Daniel Augusto - O que encontramos nas oficinas de costura não são só as etiquetas e as notas fiscais de lojas pequenas, dessas localizadas no Brás e no Bom Retiro. Recentemente, fomos até uma oficina de costura, onde encontramos etiquetas de uma rede de lojas de roupas femininas de marca conhecida em shopping centers. Outras grandes lojas, inclusive multinacionais, também já repassaram roupas, ainda que indiretamente, para oficinas de costura precárias.
Já fizemos termos de compromisso com alguns dos maiores magazines do país, para que controlem as confecções que contratam para confeccionar as roupas a serem vendidas. Estamos ainda em fase de acompanhamento desses termos de compromisso. Ainda não podemos dizer que o problema foi totalmente resolvido, mas contamos com outras entidades para nos ajudar, porque o número de fornecedores passa, muitas vezes, de 200, 300, 400.

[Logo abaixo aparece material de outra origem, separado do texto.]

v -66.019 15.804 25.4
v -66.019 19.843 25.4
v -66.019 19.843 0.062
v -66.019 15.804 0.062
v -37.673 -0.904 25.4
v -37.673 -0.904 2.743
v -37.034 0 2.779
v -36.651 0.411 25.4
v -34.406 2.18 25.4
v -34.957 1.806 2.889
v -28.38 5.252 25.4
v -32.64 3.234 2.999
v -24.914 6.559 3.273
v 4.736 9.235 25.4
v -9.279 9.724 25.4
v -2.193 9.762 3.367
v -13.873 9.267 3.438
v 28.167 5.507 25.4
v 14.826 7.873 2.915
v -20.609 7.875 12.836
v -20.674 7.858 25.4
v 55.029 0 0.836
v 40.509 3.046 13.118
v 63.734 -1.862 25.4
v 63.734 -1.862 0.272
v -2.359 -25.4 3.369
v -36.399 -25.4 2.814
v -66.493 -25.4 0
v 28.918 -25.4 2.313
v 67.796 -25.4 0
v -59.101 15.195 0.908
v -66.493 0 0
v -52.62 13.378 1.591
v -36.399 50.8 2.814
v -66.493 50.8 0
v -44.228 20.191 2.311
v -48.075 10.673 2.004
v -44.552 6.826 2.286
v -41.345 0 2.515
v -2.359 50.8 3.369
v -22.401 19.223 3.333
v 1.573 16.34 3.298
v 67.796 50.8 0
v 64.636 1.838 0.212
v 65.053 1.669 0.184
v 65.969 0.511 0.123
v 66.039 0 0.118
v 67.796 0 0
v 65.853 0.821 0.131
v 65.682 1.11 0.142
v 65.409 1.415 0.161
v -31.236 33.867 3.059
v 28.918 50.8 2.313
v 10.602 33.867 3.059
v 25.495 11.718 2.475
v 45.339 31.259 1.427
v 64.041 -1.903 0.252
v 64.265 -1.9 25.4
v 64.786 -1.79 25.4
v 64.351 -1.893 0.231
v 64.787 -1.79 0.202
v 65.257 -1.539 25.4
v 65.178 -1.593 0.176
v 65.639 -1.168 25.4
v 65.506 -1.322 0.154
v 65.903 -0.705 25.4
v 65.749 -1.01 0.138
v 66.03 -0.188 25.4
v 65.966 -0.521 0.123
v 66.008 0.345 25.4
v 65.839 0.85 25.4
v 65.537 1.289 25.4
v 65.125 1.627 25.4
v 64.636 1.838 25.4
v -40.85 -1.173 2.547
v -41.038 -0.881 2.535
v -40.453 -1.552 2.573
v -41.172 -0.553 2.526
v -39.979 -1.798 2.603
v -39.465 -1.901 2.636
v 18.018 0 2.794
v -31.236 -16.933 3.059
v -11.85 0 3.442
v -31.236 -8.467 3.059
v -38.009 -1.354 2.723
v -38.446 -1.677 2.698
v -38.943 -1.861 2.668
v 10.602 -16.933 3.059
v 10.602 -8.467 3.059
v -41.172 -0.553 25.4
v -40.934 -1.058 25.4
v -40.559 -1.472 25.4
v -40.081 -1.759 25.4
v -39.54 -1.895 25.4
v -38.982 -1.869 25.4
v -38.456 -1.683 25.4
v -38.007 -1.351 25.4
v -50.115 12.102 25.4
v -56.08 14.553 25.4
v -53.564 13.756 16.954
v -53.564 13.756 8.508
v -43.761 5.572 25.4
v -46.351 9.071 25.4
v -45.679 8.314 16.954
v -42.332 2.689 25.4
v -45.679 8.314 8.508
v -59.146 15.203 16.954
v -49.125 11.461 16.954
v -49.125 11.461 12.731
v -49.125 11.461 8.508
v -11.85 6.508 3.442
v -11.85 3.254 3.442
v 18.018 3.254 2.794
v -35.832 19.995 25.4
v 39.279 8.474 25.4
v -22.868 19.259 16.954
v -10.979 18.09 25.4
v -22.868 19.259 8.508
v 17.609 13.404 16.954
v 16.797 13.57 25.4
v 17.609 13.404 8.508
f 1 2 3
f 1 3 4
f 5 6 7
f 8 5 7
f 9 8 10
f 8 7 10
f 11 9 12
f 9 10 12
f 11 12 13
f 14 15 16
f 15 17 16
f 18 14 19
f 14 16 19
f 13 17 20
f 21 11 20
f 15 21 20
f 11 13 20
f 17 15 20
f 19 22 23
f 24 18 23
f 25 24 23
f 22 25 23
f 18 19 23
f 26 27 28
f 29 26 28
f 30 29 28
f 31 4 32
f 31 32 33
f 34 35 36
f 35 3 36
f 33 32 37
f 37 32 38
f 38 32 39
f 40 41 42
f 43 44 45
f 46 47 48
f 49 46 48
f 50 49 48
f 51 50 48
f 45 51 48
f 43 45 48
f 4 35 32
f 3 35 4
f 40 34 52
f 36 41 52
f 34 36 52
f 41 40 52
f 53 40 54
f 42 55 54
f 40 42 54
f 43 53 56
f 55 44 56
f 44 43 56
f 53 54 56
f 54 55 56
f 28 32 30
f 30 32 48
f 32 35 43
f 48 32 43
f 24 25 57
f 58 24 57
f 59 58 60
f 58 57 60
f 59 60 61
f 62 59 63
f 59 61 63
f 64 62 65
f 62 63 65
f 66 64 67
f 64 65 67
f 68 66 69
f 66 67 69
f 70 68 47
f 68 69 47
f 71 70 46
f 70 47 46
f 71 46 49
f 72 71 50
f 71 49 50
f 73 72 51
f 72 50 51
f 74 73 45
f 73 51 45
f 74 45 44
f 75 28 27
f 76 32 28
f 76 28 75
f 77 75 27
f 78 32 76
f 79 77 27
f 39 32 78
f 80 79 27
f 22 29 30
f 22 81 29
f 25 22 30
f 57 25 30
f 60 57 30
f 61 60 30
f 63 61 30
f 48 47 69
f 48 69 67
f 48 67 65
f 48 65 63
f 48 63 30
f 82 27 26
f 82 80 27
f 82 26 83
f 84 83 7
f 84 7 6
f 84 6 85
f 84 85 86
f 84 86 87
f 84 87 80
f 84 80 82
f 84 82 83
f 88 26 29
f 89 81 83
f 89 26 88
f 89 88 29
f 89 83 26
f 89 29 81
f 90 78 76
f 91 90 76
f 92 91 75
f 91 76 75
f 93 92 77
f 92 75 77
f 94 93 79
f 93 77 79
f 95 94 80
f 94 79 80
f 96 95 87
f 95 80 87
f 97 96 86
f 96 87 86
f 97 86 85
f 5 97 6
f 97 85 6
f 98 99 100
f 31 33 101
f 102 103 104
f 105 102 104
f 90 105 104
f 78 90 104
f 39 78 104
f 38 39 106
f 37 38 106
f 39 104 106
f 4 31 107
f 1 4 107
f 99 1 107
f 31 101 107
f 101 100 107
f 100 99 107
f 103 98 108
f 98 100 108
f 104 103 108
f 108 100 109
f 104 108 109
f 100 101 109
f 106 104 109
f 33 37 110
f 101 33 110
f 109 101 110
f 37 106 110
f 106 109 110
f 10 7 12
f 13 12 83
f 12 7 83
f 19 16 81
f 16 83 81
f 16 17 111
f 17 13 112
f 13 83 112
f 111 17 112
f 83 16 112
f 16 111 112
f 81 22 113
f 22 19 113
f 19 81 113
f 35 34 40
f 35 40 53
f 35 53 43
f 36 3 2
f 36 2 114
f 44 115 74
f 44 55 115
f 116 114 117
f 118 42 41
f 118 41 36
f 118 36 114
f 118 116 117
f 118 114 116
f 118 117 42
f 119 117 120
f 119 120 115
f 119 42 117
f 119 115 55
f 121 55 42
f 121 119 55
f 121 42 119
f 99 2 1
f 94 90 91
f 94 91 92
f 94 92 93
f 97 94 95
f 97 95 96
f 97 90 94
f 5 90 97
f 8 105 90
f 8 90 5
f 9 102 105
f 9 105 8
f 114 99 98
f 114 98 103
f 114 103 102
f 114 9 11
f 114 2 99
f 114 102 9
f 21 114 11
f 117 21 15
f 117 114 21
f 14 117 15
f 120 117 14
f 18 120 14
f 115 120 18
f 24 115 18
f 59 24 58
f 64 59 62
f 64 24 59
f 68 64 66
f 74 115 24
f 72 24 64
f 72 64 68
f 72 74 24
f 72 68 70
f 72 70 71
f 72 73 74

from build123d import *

# Parameters (mm, degrees)
F2_DEPTH      = 25.4
F2_DEPTH_BACK = 50.8
F3_DEPTH      = 25.4


with BuildPart() as f2:
    # F1 (on Front) → F2 (new body, two sides)
    with BuildSketch(Plane.XZ) as f2_sk:
        with BuildLine():
            add(Edge.make_bspline(
                [(-66.493101418, 0), (-31.6023416817, 4.5892358758), (0, 4.5892358758), (67.7957311273, 0)],
                knots=[0, 0, 0, 0, 134.2888325453, 134.2888325453, 134.2888325453, 134.2888325453], degree=3))
            Line((-66.493101418, 0), (67.7957311273, 0))
        make_face()
    extrude(amount=F2_DEPTH)
    extrude(f2_sk.sketch, amount=-F2_DEPTH_BACK)

    # F0 (on Top) → F3 (join)
    with BuildSketch(Plane.XY):
        with BuildLine():
            add(Edge.make_bspline(
                [(-66.0190582275, 15.8042479306), (-50.882216543, 15.443845652), (-44.3860767732, 10.0356803936), (-41.1722754867, -0.5532574777)],
                knots=[0, 0, 0, 0, 29.7477830393, 29.7477830393, 29.7477830393, 29.7477830393], degree=3))
            ThreePointArc((-41.1722754867, -0.5532574777), (-39.5395729632, -1.8954823631), (-37.6727509093, -0.9043917556))
            add(Edge.make_bspline(
                [(-37.6727509093, -0.9043917556), (-35.9554500646, 2.279277761), (-11.7834584129, 13.3395817627), (10.1645017819, 9.6475739081), (63.7337581556, -1.8624929201)],
                knots=[0, 0, 0, 0, 0.3222291325, 1, 1, 1, 1], degree=3))
            ThreePointArc((63.7337581556, -1.8624929201), (65.9847645302, -0.4510784554), (64.6355761504, 1.8377664946))
            add(Edge.make_bspline(
                [(-66.0190582275, 19.8427634791), (-18.4567762815, 21.7484285157), (11.260919046, 16.4069097143), (64.6355761504, 1.8377664946)],
                knots=[0, 0, 0, 0, 131.8893983641, 131.8893983641, 131.8893983641, 131.8893983641], degree=3))
            Line((-66.0190582275, 19.8427634791), (-66.0190582275, 15.8042479306))
        make_face()
    extrude(amount=F3_DEPTH)


solid = f2.part
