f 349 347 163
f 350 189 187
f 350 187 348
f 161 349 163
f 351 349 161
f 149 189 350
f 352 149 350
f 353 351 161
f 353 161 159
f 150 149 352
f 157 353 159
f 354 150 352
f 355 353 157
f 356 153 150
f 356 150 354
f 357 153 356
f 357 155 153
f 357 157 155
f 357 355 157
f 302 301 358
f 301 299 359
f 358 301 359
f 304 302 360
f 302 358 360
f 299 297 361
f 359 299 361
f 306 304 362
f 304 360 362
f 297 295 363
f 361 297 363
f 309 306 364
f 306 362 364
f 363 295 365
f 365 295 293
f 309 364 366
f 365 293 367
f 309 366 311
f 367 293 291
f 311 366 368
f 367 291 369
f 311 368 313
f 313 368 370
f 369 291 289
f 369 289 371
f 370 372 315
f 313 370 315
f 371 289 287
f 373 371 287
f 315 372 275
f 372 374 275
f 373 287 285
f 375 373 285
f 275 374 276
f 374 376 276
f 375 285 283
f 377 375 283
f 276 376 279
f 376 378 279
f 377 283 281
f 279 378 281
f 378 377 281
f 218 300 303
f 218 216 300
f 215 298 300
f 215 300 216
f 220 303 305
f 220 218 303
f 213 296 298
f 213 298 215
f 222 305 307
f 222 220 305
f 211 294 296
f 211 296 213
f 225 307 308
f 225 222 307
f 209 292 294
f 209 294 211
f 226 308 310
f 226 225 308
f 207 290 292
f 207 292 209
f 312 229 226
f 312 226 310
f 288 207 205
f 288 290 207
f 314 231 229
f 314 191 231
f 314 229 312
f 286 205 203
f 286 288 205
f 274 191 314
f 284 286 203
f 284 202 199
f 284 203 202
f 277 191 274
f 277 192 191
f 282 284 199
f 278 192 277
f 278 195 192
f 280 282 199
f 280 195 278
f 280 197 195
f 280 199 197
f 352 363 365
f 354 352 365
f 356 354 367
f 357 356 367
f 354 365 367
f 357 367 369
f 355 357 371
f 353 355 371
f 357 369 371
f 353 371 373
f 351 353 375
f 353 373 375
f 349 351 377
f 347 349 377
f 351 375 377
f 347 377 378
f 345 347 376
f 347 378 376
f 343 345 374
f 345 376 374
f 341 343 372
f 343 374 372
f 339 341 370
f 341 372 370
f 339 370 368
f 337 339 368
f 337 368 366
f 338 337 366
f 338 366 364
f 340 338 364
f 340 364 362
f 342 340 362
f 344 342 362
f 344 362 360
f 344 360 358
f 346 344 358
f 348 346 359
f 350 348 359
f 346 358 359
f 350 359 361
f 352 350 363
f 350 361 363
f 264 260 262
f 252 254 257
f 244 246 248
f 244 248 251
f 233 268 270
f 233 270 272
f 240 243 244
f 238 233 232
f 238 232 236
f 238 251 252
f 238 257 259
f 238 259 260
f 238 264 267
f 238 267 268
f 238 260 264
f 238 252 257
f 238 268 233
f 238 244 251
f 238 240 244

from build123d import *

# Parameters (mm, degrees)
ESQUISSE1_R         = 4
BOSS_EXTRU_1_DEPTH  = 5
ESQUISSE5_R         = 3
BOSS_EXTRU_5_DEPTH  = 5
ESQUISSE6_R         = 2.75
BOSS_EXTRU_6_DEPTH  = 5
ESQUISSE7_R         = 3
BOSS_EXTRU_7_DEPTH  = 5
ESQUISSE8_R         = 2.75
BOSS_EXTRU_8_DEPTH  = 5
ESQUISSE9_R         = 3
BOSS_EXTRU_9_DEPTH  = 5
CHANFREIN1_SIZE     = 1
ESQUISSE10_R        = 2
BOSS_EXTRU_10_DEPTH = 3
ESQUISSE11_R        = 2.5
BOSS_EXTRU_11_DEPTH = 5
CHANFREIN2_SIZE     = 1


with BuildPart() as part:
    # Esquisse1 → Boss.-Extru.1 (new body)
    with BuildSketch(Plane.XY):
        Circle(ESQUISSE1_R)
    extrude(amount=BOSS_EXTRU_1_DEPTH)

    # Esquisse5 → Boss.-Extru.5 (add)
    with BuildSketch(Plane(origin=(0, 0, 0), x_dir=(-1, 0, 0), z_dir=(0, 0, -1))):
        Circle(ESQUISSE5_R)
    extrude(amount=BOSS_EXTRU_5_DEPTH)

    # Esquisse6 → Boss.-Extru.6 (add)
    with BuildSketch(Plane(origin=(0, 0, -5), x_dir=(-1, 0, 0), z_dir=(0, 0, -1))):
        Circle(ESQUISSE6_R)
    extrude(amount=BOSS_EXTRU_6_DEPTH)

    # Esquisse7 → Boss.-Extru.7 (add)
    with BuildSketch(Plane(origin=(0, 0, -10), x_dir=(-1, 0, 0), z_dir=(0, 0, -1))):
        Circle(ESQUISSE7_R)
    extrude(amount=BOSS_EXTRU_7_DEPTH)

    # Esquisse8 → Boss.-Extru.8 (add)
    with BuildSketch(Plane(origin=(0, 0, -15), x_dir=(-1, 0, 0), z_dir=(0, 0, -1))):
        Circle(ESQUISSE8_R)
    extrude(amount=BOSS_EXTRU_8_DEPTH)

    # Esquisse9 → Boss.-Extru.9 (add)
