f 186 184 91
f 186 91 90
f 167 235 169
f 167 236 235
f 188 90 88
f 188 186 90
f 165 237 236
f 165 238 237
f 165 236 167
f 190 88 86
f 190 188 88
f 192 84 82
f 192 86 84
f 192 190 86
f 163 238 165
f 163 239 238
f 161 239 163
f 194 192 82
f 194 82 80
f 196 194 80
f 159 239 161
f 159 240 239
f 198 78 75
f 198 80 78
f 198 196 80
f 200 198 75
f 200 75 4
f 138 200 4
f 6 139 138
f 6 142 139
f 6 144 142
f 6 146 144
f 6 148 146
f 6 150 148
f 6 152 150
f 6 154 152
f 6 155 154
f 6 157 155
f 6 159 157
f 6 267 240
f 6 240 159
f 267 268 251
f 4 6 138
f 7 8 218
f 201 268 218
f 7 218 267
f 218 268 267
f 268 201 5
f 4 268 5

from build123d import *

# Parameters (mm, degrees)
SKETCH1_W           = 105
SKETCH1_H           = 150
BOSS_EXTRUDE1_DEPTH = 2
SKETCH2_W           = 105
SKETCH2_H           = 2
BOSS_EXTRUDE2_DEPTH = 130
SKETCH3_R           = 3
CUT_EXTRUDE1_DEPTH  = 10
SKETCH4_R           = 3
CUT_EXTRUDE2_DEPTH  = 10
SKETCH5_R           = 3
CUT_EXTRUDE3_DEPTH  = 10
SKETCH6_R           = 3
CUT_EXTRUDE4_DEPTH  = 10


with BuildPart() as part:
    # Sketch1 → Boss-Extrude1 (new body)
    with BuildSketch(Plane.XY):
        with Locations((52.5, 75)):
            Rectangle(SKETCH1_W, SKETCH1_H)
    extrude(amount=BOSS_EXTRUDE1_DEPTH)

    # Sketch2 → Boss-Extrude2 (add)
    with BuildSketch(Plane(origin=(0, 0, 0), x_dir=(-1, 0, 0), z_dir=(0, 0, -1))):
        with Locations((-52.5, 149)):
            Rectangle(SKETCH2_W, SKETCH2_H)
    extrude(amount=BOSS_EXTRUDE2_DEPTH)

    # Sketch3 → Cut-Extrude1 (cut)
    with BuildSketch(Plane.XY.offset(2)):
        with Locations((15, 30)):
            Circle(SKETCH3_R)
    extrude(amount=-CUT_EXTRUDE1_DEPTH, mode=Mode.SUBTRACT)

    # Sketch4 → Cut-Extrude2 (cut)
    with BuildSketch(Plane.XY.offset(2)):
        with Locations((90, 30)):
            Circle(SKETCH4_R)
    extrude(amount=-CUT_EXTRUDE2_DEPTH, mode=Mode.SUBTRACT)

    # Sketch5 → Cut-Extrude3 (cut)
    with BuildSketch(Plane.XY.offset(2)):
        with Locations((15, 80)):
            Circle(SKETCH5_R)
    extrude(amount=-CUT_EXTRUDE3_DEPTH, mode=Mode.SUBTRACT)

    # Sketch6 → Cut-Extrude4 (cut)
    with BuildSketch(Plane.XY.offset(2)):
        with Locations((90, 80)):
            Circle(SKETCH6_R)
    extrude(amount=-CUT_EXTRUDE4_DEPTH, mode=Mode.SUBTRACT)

Quanto aos pequenos lojistas, é mais difícil, porque é mais pulverizado. São pequenos, aos milhares, tornando esse controle bem mais difícil. Contudo, um problema complexo exige várias soluções. Estamos trilhando vários caminhos e vamos resolver, pelo menos aqui em São Paulo. E um dos meios que adotamos é justamente esse Pacto Social, que foi firmado em colaboração com várias entidades da sociedade civil e envolvendo também o Ministério do Trabalho.